╭─ Materials provided

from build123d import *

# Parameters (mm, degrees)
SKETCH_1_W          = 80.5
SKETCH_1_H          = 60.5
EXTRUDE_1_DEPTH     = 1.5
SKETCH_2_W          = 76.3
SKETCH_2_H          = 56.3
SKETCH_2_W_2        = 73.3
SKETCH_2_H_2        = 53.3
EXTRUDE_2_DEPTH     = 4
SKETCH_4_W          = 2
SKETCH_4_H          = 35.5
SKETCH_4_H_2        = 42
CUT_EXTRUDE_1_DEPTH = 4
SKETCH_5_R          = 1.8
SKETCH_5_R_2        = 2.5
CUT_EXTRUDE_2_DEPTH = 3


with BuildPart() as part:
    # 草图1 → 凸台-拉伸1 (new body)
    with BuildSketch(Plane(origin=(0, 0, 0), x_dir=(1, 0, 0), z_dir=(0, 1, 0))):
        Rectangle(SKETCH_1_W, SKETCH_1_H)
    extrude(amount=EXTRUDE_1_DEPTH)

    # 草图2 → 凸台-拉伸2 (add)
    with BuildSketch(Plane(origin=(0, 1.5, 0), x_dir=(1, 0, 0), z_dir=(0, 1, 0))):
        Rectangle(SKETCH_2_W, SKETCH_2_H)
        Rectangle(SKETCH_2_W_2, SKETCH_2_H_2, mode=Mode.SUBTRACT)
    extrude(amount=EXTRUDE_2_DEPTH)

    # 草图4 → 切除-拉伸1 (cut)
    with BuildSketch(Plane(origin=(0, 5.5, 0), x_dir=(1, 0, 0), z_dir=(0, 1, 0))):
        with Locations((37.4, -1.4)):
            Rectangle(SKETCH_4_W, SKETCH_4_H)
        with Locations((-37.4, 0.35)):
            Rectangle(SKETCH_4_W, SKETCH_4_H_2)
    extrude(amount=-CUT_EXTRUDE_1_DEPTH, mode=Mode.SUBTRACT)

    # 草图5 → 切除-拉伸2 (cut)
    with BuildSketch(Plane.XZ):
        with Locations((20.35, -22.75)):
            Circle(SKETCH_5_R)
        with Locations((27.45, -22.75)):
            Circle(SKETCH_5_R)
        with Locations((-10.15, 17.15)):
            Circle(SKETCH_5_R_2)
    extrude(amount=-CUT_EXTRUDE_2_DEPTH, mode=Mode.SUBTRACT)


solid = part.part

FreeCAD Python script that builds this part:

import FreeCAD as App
import Part
import Sketcher
Q = App.Units.Quantity


def add_polygon(sketch, points):
    """Adds a closed chain of lines whose ends are joined by coincident constraints."""
    first, n = sketch.GeometryCount, len(points)
    for a, b in zip(points, points[1:] + points[:1]):
        sketch.addGeometry(Part.LineSegment(App.Vector(*a, 0), App.Vector(*b, 0)), False)
    for i in range(n):
        sketch.addConstraint(Sketcher.Constraint("Coincident", first + i, 2, first + (i + 1) % n, 1))

doc = App.newDocument("Part")
body = doc.addObject("PartDesign::Body", "Body")

sketch1 = doc.addObject("Sketcher::SketchObject", "Sketch")
body.addObject(sketch1)
sketch1.AttachmentSupport = (doc.XZ_Plane, [""])
sketch1.MapMode = "FlatFace"
add_polygon(sketch1, [(-40, -30), (-40, 30), (40, 30), (40, -30)])
sketch1.addConstraint([
    Sketcher.Constraint("Vertical", 0),
    Sketcher.Constraint("Horizontal", 1),
    Sketcher.Constraint("Vertical", 2),
    Sketcher.Constraint("Horizontal", 3),
    Sketcher.Constraint("Symmetric", 0, 2, 2, 2, -1, 1),
    Sketcher.Constraint("DistanceX", 1, 1, 1, 2, Q("80.5 mm")),
    Sketcher.Constraint("DistanceY", 0, 1, 0, 2, Q("60.5 mm")),
])
pad1 = doc.addObject("PartDesign::Pad", "Pad")
body.addObject(pad1)
pad1.Profile = sketch1
pad1.Length = 1.5
pad1.Reversed = True

sketch2 = doc.addObject("Sketcher::SketchObject", "Sketch001")
body.addObject(sketch2)
sketch2.AttachmentSupport = (doc.XZ_Plane, [""])
sketch2.MapMode = "FlatFace"
sketch2.AttachmentOffset = App.Placement(App.Vector(0, 0, -1.5), App.Rotation())
add_polygon(sketch2, [(-38, -28), (-38, 28), (38, 28), (38, -28)])
add_polygon(sketch2, [(37, 27), (-37, 27), (-37, -27), (37, -27)])
sketch2.addConstraint([
    Sketcher.Constraint("Vertical", 0),
    Sketcher.Constraint("Horizontal", 1),
    Sketcher.Constraint("Vertical", 2),
    Sketcher.Constraint("Horizontal", 3),
    Sketcher.Constraint("Horizontal", 4),
    Sketcher.Constraint("Vertical", 5),
    Sketcher.Constraint("Horizontal", 6),
    Sketcher.Constraint("Vertical", 7),
    Sketcher.Constraint("Symmetric", 0, 2, 2, 2, -1, 1),
    Sketcher.Constraint("Symmetric", 4, 2, 6, 2, -1, 1),
    Sketcher.Constraint("DistanceX", 1, 1, 1, 2, Q("76.3 mm")),
    Sketcher.Constraint("DistanceX", 4, 2, 4, 1, Q("73.3 mm")),
    Sketcher.Constraint("DistanceY", 0, 1, 0, 2, Q("56.3 mm")),
    Sketcher.Constraint("DistanceY", 5, 2, 5, 1, Q("53.3 mm")),
])
pad2 = doc.addObject("PartDesign::Pad", "Pad001")
body.addObject(pad2)
pad2.Profile = sketch2
pad2.Length = 4
pad2.Reversed = True

sketch3 = doc.addObject("Sketcher::SketchObject", "Sketch002")
body.addObject(sketch3)
sketch3.AttachmentSupport = (doc.XZ_Plane, [""])
sketch3.MapMode = "FlatFace"
sketch3.AttachmentOffset = App.Placement(App.Vector(0, 0, -5.5), App.Rotation())
add_polygon(sketch3, [(36.4, -16.4), (36.4, 19.1), (38.4, 19.1), (38.4, -16.4)])
add_polygon(sketch3, [(-38.4, -21.4), (-38.4, 20.6), (-36.4, 20.6), (-36.4, -21.4)])
sketch3.addConstraint([
    Sketcher.Constraint("Vertical", 0),
    Sketcher.Constraint("Horizontal", 1),
    Sketcher.Constraint("Vertical", 2),
    Sketcher.Constraint("Horizontal", 3),
    Sketcher.Constraint("Vertical", 4),
    Sketcher.Constraint("Horizontal", 5),
    Sketcher.Constraint("Vertical", 6),
    Sketcher.Constraint("Horizontal", 7),
    Sketcher.Constraint("Equal", 3, 5),
    Sketcher.Constraint("DistanceX", 1, 1, 1, 2, Q("2 mm")),
    Sketcher.Constraint("DistanceY", 4, 1, 4, 2, Q("42 mm")),
    Sketcher.Constraint("DistanceY", 0, 1, 0, 2, Q("35.5 mm")),
    Sketcher.Constraint("DistanceY", 3, 2, 4, 2, Q("37 mm")),
    Sketcher.Constraint("DistanceX", -1, 1, 0, 2, Q("36.4 mm")),
    Sketcher.Constraint("DistanceX", 4, 2, -1, 1, Q("38.4 mm")),
    Sketcher.Constraint("DistanceY", -1, 1, 0, 2, Q("19.15 mm")),
])
pocket1 = doc.addObject("PartDesign::Pocket", "Pocket")
body.addObject(pocket1)
pocket1.Profile = sketch3
pocket1.Length = 4
pocket1.Reversed = True

sketch4 = doc.addObject("Sketcher::SketchObject", "Sketch003")
body.addObject(sketch4)
sketch4.AttachmentSupport = (doc.XZ_Plane, [""])
sketch4.MapMode = "FlatFace"
sketch4.addGeometry([
    Part.Circle(App.Vector(20.4, -22.8, 0), App.Vector(0, 0, 1), 1.8),
    Part.Circle(App.Vector(27.4, -22.8, 0), App.Vector(0, 0, 1), 1.8),
    Part.Circle(App.Vector(-10.2, 17.1, 0), App.Vector(0, 0, 1), 2.5),
], False)
sketch4.addConstraint([
    Sketcher.Constraint("Equal", 0, 1),
    Sketcher.Constraint("Horizontal", 0, 3, 1, 3),
    Sketcher.Constraint("Diameter", 2, Q("5 mm")),
    Sketcher.Constraint("Diameter", 0, Q("3.6 mm")),
    Sketcher.Constraint("DistanceX", 0, 3, 1, 3, Q("7.1 mm")),
    Sketcher.Constraint("DistanceX", 2, 3, 0, 3, Q("30.5 mm")),
    Sketcher.Constraint("DistanceY", 0, 3, 2, 3, Q("39.9 mm")),
    Sketcher.Constraint("DistanceX", -1, 1, 0, 3, Q("20.35 mm")),
    Sketcher.Constraint("DistanceY", 0, 3, -1, 1, Q("22.75 mm")),
])
pocket2 = doc.addObject("PartDesign::Pocket", "Pocket001")
body.addObject(pocket2)
pocket2.Profile = sketch4
pocket2.Length = 3

doc.recompute()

╰─

§ **Your assignment**: Reproduce exactly the lines that run from the start of the records to the line with "extrude(amount=EXTRUDE_2_DEPTH)", both included.

§ **Result for this exercise**:
from build123d import *

# Parameters (mm, degrees)
SKETCH_1_W          = 80.5
SKETCH_1_H          = 60.5
EXTRUDE_1_DEPTH     = 1.5
SKETCH_2_W          = 76.3
SKETCH_2_H          = 56.3
SKETCH_2_W_2        = 73.3
SKETCH_2_H_2        = 53.3
EXTRUDE_2_DEPTH     = 4
SKETCH_4_W          = 2
SKETCH_4_H          = 35.5
SKETCH_4_H_2        = 42
CUT_EXTRUDE_1_DEPTH = 4
SKETCH_5_R          = 1.8
SKETCH_5_R_2        = 2.5
CUT_EXTRUDE_2_DEPTH = 3


with BuildPart() as part:
    # 草图1 → 凸台-拉伸1 (new body)
    with BuildSketch(Plane(origin=(0, 0, 0), x_dir=(1, 0, 0), z_dir=(0, 1, 0))):
        Rectangle(SKETCH_1_W, SKETCH_1_H)
    extrude(amount=EXTRUDE_1_DEPTH)

    # 草图2 → 凸台-拉伸2 (add)
    with BuildSketch(Plane(origin=(0, 1.5, 0), x_dir=(1, 0, 0), z_dir=(0, 1, 0))):
        Rectangle(SKETCH_2_W, SKETCH_2_H)
        Rectangle(SKETCH_2_W_2, SKETCH_2_H_2, mode=Mode.SUBTRACT)
    extrude(amount=EXTRUDE_2_DEPTH)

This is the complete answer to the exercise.